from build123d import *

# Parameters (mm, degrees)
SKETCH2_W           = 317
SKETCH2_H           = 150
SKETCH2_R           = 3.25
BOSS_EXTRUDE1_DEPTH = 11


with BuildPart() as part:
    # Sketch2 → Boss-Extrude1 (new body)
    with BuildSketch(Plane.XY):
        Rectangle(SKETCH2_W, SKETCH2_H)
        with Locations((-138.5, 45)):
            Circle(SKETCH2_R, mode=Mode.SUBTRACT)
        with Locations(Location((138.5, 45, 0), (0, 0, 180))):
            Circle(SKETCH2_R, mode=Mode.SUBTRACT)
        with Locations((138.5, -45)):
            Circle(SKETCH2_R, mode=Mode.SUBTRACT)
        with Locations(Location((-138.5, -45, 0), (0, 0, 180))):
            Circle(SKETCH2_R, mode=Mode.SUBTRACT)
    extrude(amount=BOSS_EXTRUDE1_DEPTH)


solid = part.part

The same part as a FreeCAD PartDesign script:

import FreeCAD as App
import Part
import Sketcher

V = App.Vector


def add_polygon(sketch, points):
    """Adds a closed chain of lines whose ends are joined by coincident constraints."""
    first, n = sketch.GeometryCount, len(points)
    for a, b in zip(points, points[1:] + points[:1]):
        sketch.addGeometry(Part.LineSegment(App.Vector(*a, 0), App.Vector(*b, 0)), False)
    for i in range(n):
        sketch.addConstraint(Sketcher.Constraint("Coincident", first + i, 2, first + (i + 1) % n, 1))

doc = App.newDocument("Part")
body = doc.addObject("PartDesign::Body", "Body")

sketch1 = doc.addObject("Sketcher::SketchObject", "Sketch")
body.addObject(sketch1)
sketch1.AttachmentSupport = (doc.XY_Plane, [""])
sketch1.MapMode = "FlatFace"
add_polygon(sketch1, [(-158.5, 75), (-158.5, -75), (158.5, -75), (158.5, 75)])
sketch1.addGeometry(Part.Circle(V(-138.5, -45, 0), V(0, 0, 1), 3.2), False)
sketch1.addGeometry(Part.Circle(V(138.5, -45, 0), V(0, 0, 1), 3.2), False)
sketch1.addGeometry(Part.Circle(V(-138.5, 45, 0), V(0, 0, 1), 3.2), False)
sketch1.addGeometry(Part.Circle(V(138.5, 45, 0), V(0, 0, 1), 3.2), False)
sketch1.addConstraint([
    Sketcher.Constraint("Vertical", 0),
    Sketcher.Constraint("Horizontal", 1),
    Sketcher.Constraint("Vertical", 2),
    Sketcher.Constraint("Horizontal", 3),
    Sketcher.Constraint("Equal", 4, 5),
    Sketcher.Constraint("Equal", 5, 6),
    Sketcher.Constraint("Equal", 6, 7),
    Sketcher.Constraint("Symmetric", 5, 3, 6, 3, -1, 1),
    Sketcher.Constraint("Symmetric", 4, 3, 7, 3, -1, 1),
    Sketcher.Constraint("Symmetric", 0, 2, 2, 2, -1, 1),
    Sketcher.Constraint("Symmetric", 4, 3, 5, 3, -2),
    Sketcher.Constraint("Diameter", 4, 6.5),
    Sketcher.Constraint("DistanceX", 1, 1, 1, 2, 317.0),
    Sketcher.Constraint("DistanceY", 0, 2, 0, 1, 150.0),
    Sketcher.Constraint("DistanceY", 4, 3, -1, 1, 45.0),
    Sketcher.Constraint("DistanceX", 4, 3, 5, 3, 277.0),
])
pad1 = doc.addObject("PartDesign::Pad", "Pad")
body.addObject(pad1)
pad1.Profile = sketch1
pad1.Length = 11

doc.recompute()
********************
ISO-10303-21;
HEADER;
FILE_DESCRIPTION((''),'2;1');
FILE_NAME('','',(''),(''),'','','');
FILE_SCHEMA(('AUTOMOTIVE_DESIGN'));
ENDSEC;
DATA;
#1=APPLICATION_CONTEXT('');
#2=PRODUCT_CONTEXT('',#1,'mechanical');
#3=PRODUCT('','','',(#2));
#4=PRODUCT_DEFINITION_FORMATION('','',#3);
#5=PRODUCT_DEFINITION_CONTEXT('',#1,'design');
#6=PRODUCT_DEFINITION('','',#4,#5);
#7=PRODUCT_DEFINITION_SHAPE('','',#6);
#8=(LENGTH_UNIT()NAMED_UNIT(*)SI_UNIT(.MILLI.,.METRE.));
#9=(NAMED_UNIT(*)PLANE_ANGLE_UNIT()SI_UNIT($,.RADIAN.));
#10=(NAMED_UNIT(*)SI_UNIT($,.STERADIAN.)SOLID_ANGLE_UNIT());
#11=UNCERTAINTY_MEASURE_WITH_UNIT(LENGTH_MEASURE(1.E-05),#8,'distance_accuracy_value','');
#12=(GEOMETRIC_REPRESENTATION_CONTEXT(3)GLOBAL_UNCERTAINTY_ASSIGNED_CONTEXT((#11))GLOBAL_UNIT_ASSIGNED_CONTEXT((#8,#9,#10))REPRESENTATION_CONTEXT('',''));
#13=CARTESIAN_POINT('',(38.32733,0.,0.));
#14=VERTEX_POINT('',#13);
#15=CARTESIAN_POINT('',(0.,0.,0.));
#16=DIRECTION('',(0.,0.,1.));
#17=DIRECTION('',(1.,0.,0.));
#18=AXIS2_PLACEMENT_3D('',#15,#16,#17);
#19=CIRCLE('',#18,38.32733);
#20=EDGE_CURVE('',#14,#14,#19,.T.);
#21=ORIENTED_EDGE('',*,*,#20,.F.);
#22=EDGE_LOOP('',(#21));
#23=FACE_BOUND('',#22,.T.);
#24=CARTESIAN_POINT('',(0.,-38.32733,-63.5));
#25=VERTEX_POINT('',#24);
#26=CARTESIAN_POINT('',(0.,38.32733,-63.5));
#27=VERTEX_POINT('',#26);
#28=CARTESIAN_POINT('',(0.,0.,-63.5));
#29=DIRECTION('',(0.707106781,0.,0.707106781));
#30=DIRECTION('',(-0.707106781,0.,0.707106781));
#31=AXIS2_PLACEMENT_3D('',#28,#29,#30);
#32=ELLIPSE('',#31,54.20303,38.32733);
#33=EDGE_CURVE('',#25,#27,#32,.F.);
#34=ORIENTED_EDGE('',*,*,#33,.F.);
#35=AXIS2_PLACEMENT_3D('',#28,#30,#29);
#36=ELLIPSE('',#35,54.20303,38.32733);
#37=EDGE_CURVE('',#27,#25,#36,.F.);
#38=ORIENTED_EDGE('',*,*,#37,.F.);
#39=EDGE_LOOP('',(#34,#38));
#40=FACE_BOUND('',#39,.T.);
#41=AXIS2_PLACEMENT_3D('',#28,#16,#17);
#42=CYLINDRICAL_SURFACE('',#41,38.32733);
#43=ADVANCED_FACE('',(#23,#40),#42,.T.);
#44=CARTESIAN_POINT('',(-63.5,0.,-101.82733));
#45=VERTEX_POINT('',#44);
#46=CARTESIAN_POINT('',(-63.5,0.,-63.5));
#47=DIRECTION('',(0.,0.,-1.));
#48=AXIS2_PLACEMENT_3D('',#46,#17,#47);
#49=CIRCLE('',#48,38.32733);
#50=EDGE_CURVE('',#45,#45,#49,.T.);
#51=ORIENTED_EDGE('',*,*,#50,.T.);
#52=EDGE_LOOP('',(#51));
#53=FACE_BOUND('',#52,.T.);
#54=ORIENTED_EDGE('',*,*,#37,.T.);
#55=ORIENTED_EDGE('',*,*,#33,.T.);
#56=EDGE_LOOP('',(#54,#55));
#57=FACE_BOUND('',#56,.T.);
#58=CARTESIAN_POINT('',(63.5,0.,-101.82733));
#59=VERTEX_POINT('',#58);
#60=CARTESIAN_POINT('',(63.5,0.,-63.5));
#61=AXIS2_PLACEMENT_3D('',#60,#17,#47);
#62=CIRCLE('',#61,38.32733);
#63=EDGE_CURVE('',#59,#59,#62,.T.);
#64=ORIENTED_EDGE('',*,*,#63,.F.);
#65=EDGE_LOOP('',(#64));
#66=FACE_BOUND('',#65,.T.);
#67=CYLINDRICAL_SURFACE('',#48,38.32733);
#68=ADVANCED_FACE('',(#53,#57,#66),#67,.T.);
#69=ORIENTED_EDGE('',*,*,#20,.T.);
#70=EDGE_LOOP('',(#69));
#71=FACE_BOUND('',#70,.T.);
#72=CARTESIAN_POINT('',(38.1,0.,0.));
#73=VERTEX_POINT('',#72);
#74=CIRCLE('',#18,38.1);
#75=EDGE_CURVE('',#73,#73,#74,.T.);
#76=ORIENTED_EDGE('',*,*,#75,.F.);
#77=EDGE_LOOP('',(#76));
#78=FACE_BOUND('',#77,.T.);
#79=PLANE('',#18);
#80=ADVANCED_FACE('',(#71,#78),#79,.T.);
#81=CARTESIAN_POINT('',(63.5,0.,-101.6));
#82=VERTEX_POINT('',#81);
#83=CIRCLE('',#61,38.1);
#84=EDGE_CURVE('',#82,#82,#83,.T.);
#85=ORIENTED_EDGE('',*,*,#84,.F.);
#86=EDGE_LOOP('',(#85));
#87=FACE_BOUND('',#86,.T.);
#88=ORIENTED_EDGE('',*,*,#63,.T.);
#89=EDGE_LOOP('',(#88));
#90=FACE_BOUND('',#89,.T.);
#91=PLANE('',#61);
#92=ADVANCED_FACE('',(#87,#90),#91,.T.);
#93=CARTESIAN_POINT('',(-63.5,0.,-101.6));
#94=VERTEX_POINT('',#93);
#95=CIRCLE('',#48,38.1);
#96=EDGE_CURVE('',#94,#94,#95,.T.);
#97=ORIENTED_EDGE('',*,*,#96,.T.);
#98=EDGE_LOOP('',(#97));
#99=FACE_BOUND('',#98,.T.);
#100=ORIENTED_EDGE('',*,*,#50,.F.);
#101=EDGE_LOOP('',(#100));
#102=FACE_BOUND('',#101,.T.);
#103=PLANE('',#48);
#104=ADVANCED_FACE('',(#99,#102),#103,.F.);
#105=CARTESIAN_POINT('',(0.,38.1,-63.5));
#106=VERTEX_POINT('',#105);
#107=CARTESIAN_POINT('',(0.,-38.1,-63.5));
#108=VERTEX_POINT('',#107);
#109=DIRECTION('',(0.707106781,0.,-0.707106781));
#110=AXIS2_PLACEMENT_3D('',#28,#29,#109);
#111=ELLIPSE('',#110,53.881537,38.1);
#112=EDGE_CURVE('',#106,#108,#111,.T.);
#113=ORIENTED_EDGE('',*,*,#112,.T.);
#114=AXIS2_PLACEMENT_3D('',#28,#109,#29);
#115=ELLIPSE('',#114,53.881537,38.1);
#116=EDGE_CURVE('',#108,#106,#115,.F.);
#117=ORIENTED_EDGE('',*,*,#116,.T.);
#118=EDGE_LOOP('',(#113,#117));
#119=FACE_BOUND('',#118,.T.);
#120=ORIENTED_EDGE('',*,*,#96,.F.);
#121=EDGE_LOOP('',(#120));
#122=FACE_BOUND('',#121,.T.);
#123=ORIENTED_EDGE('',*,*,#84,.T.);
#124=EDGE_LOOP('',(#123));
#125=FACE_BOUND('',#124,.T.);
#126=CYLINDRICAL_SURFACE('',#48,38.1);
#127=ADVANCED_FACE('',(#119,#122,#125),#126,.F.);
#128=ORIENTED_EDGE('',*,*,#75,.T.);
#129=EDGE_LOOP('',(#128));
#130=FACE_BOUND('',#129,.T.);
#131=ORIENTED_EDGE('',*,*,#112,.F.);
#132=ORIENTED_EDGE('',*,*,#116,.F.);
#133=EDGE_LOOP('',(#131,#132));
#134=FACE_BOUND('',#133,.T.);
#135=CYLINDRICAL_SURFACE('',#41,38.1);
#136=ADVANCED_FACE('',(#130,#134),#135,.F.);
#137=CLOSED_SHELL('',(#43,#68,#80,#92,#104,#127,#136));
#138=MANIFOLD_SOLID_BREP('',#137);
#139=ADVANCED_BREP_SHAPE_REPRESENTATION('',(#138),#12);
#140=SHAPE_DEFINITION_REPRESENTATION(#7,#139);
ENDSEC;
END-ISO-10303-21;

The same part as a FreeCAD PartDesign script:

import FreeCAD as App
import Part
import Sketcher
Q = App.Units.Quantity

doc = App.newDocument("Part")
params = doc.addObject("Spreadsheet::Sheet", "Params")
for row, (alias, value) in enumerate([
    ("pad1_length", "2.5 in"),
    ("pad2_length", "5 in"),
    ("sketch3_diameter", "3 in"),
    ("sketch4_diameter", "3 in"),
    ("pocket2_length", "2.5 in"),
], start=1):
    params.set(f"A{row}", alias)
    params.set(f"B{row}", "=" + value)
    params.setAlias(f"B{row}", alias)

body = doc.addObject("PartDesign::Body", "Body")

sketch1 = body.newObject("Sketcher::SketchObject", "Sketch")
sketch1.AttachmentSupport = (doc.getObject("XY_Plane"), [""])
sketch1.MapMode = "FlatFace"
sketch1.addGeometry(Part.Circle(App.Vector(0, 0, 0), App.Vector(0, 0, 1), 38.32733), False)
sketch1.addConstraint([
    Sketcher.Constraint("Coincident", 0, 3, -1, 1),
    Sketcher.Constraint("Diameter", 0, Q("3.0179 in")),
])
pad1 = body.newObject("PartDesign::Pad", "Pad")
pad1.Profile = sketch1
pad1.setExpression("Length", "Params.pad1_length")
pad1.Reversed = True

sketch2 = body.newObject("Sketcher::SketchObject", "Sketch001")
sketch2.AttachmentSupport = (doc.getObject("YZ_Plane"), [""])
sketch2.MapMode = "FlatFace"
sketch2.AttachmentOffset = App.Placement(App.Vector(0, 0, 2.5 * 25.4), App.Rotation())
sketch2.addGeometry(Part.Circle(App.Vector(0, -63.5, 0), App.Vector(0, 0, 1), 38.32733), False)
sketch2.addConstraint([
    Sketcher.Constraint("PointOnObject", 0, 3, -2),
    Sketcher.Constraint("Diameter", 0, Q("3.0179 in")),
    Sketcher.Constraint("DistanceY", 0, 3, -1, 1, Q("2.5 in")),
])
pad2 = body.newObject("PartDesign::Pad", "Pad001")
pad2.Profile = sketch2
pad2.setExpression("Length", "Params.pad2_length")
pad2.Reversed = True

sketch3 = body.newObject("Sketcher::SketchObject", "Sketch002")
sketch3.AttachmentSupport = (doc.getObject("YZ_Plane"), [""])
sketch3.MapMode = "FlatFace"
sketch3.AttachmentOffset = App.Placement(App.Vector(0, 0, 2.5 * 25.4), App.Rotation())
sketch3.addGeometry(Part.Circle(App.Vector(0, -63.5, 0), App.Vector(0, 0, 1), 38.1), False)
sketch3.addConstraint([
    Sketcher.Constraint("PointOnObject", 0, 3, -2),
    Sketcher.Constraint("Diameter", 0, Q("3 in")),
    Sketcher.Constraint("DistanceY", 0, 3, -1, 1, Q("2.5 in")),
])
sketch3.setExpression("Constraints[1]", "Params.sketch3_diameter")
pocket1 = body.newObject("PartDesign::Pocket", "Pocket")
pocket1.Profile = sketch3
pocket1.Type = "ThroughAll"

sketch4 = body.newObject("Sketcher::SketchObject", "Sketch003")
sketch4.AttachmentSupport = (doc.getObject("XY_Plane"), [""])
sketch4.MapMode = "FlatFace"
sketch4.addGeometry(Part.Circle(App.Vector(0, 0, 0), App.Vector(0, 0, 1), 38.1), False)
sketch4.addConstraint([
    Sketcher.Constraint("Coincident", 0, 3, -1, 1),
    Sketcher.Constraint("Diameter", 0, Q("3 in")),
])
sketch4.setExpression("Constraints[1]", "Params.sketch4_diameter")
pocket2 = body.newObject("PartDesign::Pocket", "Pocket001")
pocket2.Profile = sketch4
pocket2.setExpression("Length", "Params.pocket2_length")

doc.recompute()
********************
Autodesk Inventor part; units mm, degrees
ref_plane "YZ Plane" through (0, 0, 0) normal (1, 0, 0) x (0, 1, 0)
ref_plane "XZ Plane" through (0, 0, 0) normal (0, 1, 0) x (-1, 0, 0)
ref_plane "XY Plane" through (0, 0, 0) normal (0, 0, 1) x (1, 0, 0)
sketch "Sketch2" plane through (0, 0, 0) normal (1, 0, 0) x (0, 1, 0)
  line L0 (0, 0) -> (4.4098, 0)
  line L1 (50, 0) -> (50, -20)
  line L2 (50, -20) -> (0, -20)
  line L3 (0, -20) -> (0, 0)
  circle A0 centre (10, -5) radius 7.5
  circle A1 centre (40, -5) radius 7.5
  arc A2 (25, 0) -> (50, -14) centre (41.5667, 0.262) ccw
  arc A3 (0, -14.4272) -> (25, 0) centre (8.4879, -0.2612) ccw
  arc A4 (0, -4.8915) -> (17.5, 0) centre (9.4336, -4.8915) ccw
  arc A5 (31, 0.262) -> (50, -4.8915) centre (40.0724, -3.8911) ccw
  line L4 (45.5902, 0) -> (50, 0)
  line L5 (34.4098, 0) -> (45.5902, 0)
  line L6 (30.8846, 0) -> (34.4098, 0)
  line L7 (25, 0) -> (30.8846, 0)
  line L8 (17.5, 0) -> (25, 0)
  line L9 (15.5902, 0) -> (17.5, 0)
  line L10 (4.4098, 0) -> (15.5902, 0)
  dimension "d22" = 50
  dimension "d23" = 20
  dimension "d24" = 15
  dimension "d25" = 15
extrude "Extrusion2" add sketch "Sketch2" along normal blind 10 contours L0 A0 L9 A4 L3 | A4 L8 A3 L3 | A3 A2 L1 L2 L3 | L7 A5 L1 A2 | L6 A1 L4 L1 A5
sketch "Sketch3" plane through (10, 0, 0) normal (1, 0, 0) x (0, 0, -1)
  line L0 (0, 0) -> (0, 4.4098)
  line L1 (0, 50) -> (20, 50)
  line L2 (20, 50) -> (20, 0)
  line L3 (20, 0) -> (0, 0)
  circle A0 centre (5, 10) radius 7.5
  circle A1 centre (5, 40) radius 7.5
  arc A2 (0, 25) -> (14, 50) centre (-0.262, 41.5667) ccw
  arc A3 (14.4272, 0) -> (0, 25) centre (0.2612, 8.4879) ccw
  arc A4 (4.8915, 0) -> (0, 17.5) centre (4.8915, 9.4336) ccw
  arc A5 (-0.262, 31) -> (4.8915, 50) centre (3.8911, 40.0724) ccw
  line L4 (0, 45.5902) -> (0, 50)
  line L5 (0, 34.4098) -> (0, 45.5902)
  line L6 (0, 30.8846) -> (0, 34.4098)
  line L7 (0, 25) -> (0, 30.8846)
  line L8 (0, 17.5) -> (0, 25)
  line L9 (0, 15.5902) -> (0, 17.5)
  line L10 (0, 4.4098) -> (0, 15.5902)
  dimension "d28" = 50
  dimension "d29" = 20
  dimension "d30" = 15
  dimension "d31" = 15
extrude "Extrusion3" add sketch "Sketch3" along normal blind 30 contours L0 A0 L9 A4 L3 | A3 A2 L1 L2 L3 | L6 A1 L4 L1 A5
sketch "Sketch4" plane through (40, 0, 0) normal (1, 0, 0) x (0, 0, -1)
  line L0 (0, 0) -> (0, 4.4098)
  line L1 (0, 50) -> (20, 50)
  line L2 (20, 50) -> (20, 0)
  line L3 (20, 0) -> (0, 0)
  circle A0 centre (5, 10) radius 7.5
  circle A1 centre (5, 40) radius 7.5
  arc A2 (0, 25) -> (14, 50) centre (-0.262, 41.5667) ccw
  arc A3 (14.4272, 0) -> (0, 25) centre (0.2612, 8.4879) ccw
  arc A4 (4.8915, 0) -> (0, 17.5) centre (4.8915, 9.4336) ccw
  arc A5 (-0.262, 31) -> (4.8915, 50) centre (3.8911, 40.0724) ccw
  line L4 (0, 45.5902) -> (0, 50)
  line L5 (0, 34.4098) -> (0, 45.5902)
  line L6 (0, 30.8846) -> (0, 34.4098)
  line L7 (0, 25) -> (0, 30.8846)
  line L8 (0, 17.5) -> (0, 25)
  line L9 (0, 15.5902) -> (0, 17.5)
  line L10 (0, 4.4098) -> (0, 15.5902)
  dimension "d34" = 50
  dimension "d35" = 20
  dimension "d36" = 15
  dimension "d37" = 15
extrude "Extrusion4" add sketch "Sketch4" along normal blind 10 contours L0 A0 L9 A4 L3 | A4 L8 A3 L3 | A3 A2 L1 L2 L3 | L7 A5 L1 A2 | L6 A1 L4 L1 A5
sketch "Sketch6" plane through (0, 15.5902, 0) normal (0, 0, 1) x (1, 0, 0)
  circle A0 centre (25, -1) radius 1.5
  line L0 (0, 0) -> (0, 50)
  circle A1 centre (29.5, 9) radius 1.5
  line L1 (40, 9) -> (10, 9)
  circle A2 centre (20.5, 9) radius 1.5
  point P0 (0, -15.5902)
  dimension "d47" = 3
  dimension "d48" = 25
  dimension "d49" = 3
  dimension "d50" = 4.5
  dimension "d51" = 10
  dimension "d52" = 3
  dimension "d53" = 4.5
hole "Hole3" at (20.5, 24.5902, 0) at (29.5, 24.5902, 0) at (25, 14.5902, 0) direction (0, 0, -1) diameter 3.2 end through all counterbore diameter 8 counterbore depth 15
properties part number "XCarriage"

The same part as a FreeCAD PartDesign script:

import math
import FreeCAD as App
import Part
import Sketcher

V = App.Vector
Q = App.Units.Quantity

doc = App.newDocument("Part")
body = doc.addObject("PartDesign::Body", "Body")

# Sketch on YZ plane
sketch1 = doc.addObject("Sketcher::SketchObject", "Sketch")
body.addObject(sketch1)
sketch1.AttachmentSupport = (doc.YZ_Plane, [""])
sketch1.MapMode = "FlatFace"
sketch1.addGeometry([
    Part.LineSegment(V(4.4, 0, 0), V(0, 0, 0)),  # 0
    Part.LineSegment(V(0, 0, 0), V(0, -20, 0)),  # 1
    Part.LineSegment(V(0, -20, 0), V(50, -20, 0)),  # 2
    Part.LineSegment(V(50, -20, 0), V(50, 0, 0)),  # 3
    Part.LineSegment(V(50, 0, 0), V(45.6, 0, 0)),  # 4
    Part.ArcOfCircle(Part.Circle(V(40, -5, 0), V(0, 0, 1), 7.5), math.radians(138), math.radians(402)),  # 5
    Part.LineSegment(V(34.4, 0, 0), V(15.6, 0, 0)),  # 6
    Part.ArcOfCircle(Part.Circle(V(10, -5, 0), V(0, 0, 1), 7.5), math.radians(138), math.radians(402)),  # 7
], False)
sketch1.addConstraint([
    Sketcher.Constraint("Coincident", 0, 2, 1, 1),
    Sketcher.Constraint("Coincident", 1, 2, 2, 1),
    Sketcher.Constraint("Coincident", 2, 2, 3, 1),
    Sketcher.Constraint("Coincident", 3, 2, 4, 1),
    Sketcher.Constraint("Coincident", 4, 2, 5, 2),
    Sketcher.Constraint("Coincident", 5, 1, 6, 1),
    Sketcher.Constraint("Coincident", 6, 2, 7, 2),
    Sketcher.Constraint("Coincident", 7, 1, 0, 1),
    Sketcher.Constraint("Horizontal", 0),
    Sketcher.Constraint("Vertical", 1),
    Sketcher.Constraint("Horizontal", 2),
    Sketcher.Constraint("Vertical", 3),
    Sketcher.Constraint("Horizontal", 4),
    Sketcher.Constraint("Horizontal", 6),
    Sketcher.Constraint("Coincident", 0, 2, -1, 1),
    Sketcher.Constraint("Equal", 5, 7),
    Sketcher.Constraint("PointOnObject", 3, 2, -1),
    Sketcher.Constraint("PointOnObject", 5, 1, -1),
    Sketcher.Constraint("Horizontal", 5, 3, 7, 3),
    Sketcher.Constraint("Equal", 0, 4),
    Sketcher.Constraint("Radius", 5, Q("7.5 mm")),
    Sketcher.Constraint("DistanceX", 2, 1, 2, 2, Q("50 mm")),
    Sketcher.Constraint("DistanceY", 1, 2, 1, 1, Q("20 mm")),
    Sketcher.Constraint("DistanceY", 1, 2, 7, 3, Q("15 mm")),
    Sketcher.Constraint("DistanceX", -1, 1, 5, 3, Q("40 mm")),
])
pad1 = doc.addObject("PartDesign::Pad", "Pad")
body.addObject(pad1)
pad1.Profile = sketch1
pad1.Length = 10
********************
[WHAT TO WORK ON] Every line above from the line with "#62=CIRCLE('',#61,38.32733);" to the line with "#93=CARTESIAN_POINT('',(-63.5,0.,-101.6));", inclusive, must be returned exactly; no other line belongs in the reply.

[RESULT]
#62=CIRCLE('',#61,38.32733);
#63=EDGE_CURVE('',#59,#59,#62,.T.);
#64=ORIENTED_EDGE('',*,*,#63,.F.);
#65=EDGE_LOOP('',(#64));
#66=FACE_BOUND('',#65,.T.);
#67=CYLINDRICAL_SURFACE('',#48,38.32733);
#68=ADVANCED_FACE('',(#53,#57,#66),#67,.T.);
#69=ORIENTED_EDGE('',*,*,#20,.T.);
#70=EDGE_LOOP('',(#69));
#71=FACE_BOUND('',#70,.T.);
#72=CARTESIAN_POINT('',(38.1,0.,0.));
#73=VERTEX_POINT('',#72);
#74=CIRCLE('',#18,38.1);
#75=EDGE_CURVE('',#73,#73,#74,.T.);
#76=ORIENTED_EDGE('',*,*,#75,.F.);
#77=EDGE_LOOP('',(#76));
#78=FACE_BOUND('',#77,.T.);
#79=PLANE('',#18);
#80=ADVANCED_FACE('',(#71,#78),#79,.T.);
#81=CARTESIAN_POINT('',(63.5,0.,-101.6));
#82=VERTEX_POINT('',#81);
#83=CIRCLE('',#61,38.1);
#84=EDGE_CURVE('',#82,#82,#83,.T.);
#85=ORIENTED_EDGE('',*,*,#84,.F.);
#86=EDGE_LOOP('',(#85));
#87=FACE_BOUND('',#86,.T.);
#88=ORIENTED_EDGE('',*,*,#63,.T.);
#89=EDGE_LOOP('',(#88));
#90=FACE_BOUND('',#89,.T.);
#91=PLANE('',#61);
#92=ADVANCED_FACE('',(#87,#90),#91,.T.);
#93=CARTESIAN_POINT('',(-63.5,0.,-101.6));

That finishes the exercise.